Mergers may also be distinguished by following two financing methods--each with its own ramifications for investors.
- Purchase Mergers: As the name suggests, this kind of merger occurs when one company purchases another company. The purchase is made with cash or through the issue of some kind of debt instrument. The sale is taxable, which attracts the acquiring companies, who enjoy the tax benefits. Acquired assets can be written-up to the actual purchase price, and the difference between the book value and the purchase price of the assets can depreciate annually, reducing taxes payable by the acquiring company.
- Consolidation Mergers: With this merger, a brand new company is formed, and both companies are bought and combined under the new entity. The tax terms are the same as those of a purchase merger.
A company may buy another company with cash, stock, assumption of debt, or a combination thereof. In smaller deals, it is also common for one company to acquire all of another company's assets. Company X buys all of Company Y's assets for cash, which means that Company Y will have only cash (and debt, if any). Of course, Company Y becomes merely a shell and will eventually liquidate or enter other areas of business.
Another acquisition deal known as a "reverse merger" enables a private company to become publicly-listed in a relatively short time period. Reverse mergers occur when a private company that has strong prospects and is eager to acquire financing buys a publicly-listed shell company, with no legitimate business operations and limited assets. The private company reverses merges into the public company, and together they become an entirely new public corporation with tradeable shares.
Both companies involved on either side of an M&A deal will value the target company differently. The seller will obviously value the company at the highest price as possible, while the buyer will attempt to buy it for the lowest possible price.
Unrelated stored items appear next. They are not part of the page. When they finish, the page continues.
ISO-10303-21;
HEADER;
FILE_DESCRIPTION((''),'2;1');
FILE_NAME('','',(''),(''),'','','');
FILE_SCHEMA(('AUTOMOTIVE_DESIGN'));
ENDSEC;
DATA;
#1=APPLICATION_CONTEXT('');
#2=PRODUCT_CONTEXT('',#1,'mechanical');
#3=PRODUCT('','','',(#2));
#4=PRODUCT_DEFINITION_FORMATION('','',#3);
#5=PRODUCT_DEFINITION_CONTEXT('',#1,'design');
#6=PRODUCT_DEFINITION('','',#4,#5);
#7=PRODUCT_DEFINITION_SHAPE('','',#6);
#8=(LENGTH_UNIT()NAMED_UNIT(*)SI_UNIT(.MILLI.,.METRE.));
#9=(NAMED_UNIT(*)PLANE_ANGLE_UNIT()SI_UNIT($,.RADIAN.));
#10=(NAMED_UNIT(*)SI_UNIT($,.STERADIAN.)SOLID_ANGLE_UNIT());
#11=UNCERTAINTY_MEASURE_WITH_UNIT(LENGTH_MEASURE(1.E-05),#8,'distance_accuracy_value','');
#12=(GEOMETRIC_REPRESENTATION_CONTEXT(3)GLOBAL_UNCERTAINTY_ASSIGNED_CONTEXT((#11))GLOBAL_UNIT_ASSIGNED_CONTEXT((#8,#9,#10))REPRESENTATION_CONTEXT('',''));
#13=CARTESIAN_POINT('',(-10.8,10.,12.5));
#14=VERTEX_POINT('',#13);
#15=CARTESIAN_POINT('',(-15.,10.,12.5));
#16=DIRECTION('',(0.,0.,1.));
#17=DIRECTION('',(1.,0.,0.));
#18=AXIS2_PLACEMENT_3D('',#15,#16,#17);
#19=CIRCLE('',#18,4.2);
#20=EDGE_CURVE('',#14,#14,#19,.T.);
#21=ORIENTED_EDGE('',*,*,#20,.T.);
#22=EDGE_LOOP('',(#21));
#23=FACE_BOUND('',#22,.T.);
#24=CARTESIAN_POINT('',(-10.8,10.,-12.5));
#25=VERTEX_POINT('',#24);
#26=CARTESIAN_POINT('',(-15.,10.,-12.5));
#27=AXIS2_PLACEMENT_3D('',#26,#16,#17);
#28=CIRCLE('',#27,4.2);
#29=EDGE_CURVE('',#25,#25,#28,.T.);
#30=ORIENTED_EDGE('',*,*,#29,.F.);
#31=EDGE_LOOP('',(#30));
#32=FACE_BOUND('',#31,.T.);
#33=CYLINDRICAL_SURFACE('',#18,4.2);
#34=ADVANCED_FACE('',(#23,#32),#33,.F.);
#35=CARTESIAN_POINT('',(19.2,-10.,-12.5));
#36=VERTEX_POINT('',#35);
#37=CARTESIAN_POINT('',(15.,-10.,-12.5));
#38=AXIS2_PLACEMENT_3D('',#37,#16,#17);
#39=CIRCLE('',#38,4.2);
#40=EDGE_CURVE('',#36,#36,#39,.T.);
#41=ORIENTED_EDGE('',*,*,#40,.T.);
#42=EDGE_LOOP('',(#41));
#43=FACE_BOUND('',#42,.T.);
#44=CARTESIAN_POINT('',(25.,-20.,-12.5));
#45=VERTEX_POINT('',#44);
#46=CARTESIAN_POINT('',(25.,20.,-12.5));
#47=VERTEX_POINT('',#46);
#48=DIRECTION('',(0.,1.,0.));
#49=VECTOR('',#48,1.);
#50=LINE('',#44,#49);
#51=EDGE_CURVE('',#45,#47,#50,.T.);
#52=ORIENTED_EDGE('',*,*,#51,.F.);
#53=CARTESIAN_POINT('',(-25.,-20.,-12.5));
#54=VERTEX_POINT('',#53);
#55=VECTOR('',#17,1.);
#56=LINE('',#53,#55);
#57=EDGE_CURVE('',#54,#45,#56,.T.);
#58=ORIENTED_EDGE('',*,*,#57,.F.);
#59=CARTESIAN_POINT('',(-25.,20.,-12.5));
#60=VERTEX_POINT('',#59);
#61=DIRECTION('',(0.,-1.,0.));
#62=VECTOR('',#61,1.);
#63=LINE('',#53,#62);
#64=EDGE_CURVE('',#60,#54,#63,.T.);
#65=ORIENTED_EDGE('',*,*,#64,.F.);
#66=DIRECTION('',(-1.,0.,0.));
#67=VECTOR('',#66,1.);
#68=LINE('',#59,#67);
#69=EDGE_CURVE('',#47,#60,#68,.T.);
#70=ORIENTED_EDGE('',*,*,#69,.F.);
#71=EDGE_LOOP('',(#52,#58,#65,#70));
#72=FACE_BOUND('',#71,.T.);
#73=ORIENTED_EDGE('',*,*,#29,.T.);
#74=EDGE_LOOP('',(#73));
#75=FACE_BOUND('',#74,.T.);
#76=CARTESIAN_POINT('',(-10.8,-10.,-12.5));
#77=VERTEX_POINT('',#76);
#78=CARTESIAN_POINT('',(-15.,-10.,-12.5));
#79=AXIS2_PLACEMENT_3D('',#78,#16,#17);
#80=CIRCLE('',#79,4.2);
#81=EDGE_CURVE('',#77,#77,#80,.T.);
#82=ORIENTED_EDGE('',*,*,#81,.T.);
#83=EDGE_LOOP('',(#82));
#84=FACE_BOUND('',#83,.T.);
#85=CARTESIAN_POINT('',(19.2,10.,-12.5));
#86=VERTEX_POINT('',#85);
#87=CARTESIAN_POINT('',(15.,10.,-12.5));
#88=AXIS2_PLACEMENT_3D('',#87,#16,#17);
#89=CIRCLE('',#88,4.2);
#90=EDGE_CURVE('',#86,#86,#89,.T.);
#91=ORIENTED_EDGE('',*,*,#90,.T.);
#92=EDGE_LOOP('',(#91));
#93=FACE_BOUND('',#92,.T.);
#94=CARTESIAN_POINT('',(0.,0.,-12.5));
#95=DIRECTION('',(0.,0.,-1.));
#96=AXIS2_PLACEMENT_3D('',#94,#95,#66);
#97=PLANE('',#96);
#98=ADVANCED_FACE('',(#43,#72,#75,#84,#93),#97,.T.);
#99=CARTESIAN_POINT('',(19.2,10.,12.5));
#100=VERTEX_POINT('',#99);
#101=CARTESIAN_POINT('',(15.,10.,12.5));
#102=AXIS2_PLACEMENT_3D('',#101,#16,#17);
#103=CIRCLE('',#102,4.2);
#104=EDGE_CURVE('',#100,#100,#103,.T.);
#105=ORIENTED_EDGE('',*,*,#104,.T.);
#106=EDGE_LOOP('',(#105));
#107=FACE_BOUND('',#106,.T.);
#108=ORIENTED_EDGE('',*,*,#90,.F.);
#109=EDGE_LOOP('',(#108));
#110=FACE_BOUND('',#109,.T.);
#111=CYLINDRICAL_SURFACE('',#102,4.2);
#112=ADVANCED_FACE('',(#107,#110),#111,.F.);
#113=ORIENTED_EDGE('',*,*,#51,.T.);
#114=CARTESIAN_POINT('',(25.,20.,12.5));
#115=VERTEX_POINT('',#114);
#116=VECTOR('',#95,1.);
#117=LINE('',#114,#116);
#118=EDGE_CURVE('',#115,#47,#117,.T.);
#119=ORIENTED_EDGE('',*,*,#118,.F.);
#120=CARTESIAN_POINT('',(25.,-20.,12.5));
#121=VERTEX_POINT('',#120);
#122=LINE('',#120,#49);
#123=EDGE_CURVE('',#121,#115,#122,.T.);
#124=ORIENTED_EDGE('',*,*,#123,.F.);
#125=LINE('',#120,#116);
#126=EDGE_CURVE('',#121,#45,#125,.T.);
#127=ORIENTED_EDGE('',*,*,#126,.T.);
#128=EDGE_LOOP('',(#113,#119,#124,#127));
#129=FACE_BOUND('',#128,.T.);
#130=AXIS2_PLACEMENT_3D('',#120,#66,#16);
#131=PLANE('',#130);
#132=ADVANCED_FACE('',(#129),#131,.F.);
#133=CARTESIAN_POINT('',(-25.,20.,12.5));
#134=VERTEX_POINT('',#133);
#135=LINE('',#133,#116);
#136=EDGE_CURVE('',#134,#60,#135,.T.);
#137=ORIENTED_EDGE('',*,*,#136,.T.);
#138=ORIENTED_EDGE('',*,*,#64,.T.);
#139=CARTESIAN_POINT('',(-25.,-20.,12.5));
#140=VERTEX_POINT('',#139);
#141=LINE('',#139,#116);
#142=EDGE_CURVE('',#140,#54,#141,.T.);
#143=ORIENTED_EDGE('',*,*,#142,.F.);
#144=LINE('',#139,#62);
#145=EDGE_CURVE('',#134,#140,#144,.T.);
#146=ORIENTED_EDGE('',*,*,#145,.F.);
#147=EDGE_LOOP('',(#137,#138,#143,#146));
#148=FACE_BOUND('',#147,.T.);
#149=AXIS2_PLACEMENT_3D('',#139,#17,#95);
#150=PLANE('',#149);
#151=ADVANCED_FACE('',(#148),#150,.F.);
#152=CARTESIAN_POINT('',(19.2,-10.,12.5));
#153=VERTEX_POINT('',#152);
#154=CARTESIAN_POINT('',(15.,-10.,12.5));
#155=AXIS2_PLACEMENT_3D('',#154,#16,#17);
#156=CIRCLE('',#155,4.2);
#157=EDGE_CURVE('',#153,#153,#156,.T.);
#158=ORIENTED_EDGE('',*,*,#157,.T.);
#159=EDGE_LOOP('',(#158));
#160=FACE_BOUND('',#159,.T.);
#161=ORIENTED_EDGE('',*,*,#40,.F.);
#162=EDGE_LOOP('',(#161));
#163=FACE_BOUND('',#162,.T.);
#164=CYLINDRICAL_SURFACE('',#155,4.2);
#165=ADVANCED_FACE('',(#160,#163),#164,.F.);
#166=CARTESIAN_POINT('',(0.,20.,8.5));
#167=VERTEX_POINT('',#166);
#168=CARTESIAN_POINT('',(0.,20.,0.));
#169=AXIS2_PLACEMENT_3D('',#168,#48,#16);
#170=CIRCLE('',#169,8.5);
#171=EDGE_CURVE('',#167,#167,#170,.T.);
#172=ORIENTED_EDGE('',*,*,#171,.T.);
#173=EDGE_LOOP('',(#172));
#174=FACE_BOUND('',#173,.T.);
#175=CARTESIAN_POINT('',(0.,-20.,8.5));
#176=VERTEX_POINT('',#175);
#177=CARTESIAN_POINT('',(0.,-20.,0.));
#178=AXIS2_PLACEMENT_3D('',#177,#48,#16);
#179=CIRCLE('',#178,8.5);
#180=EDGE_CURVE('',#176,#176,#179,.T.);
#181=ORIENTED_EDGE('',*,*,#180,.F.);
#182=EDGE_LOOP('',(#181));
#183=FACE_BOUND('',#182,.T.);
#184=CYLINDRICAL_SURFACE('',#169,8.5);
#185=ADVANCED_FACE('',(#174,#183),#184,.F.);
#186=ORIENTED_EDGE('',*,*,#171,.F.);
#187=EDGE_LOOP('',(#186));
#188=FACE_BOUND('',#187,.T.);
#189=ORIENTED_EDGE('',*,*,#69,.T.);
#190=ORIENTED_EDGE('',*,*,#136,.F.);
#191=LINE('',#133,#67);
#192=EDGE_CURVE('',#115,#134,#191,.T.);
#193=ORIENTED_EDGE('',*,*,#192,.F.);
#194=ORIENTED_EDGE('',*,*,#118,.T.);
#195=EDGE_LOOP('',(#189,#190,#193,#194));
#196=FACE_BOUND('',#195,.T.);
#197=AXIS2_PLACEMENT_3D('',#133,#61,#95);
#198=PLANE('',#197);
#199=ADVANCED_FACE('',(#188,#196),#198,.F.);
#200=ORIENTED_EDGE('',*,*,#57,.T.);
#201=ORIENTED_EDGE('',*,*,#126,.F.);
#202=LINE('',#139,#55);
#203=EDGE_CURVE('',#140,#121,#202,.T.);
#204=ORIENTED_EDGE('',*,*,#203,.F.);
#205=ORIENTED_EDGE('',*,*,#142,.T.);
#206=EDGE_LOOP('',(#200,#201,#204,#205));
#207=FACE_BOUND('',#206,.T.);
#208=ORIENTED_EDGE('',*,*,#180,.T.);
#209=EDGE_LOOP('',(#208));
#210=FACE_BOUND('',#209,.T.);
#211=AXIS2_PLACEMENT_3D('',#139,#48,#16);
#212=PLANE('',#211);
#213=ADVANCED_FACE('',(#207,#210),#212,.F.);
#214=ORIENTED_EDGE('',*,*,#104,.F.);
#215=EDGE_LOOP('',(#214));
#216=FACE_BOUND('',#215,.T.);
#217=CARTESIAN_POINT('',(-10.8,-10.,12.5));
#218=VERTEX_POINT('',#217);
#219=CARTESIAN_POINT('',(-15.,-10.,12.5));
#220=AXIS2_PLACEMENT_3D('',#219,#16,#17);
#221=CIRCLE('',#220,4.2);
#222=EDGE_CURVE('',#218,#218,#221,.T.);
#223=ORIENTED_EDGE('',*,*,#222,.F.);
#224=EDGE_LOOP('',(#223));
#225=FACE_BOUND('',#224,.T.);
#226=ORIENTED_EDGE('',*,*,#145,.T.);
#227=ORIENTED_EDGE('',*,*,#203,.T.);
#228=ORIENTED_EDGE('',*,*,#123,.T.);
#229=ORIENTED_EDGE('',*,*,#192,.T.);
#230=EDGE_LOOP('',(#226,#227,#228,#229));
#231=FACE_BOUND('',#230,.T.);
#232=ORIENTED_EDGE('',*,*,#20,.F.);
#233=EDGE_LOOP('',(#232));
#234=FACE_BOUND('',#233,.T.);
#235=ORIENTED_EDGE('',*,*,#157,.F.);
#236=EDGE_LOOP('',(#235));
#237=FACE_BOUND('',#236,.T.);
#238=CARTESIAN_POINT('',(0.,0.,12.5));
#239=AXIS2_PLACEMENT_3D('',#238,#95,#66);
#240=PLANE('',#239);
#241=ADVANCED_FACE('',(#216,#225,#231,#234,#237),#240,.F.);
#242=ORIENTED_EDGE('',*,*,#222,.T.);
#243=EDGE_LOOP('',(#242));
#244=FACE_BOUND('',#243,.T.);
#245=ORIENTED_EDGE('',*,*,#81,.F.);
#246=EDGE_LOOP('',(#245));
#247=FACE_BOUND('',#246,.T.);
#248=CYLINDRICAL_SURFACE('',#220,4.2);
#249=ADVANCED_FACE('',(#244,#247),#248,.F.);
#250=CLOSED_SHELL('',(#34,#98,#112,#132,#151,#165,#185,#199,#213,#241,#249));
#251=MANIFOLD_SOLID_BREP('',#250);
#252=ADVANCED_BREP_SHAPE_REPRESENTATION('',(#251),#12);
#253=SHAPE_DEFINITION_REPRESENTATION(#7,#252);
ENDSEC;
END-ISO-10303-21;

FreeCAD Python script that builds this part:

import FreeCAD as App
import Part
import Sketcher
from FreeCAD import Vector


def add_polygon(sketch, points):
    """Adds a closed chain of lines whose ends are joined by coincident constraints."""
    first, n = sketch.GeometryCount, len(points)
    for a, b in zip(points, points[1:] + points[:1]):
        sketch.addGeometry(Part.LineSegment(App.Vector(*a, 0), App.Vector(*b, 0)), False)
    for i in range(n):
        sketch.addConstraint(Sketcher.Constraint("Coincident", first + i, 2, first + (i + 1) % n, 1))

doc = App.newDocument("Part")
params = doc.addObject("Spreadsheet::Sheet", "Params")
for row, (alias, value) in enumerate([
    ("sketch1_width", "50 mm"),
    ("sketch1_height", "40 mm"),
    ("pad1_length", "25 mm"),
    ("sketch2_diameter", "8.4 mm"),
    ("hole_diameter", "8.4 mm"),
    ("sketch3_diameter", "17 mm"),
    ("hole2_diameter", "17 mm"),
], start=1):
    params.set(f"A{row}", alias)
    params.set(f"B{row}", "=" + value)
    params.setAlias(f"B{row}", alias)

body = doc.addObject("PartDesign::Body", "Body")

# Sketch on XY plane
sketch1 = doc.addObject("Sketcher::SketchObject", "Sketch")
body.addObject(sketch1)
sketch1.AttachmentSupport = (doc.XY_Plane, [""])
sketch1.MapMode = "FlatFace"
add_polygon(sketch1, [(-25, 20), (-25, -20), (25, -20), (25, 20)])  # lines 0-3
sketch1.addConstraint(Sketcher.Constraint("Vertical", 0))
sketch1.addConstraint(Sketcher.Constraint("Horizontal", 1))
sketch1.addConstraint(Sketcher.Constraint("Vertical", 2))
sketch1.addConstraint(Sketcher.Constraint("Horizontal", 3))
sketch1.addConstraint(Sketcher.Constraint("Symmetric", 0, 2, 2, 2, -1, 1))
sketch1.addConstraint(Sketcher.Constraint("DistanceX", 1, 1, 1, 2, 50.0))
sketch1.addConstraint(Sketcher.Constraint("DistanceY", 0, 2, 0, 1, 40.0))
sketch1.setExpression("Constraints[9]", "Params.sketch1_width")
sketch1.setExpression("Constraints[10]", "Params.sketch1_height")
pad1 = doc.addObject("PartDesign::Pad", "Pad")
body.addObject(pad1)
pad1.Profile = sketch1
pad1.setExpression("Length", "Params.pad1_length")
pad1.Midplane = True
Fortunately, a company can be objectively valued by studying comparable companies in an industry, and by relying on the following metrics:
- Comparative Ratios: The following are two examples of the many comparative metrics on which acquiring companies may base their offers:
- Price-Earnings Ratio (P/E Ratio): With the use of this ratio, an acquiring company makes an offer that is a multiple of the earnings of the target company. Examining the P/E for all the stocks within the same industry group will give the acquiring company good guidance for what the target's P/E multiple should be.
- Enterprise-Value-to-Sales Ratio (EV/Sales): With this ratio, the acquiring company makes an offer as a multiple of the revenues, again, while being aware of the price-to-sales ratio of other companies in the industry.
- Replacement Cost: In a few cases, acquisitions are based on the cost of replacing the target company. For simplicity's sake, suppose the value of a company is simply the sum of all its equipment and staffing costs. The acquiring company can literally order the target to sell at that price, or it will create a competitor for the same cost. Naturally, it takes a long time to assemble good management, acquire property and purchase the right equipment. This method of establishing a price certainly wouldn't make much sense in a service industry where the key assets – people and ideas – are hard to value and develop.
- Discounted Cash Flow (DCF): A key valuation tool in M&A, discounted cash flow analysis determines a company's current value, according to its estimated future cash flows. Forecasted free cash flows (net income + depreciation/amortization - capital expenditures - change in working capital) are discounted to a present value using the company's weighted average costs of capital (WACC). Admittedly, DCF is tricky to get right, but few tools can rival this valuation method.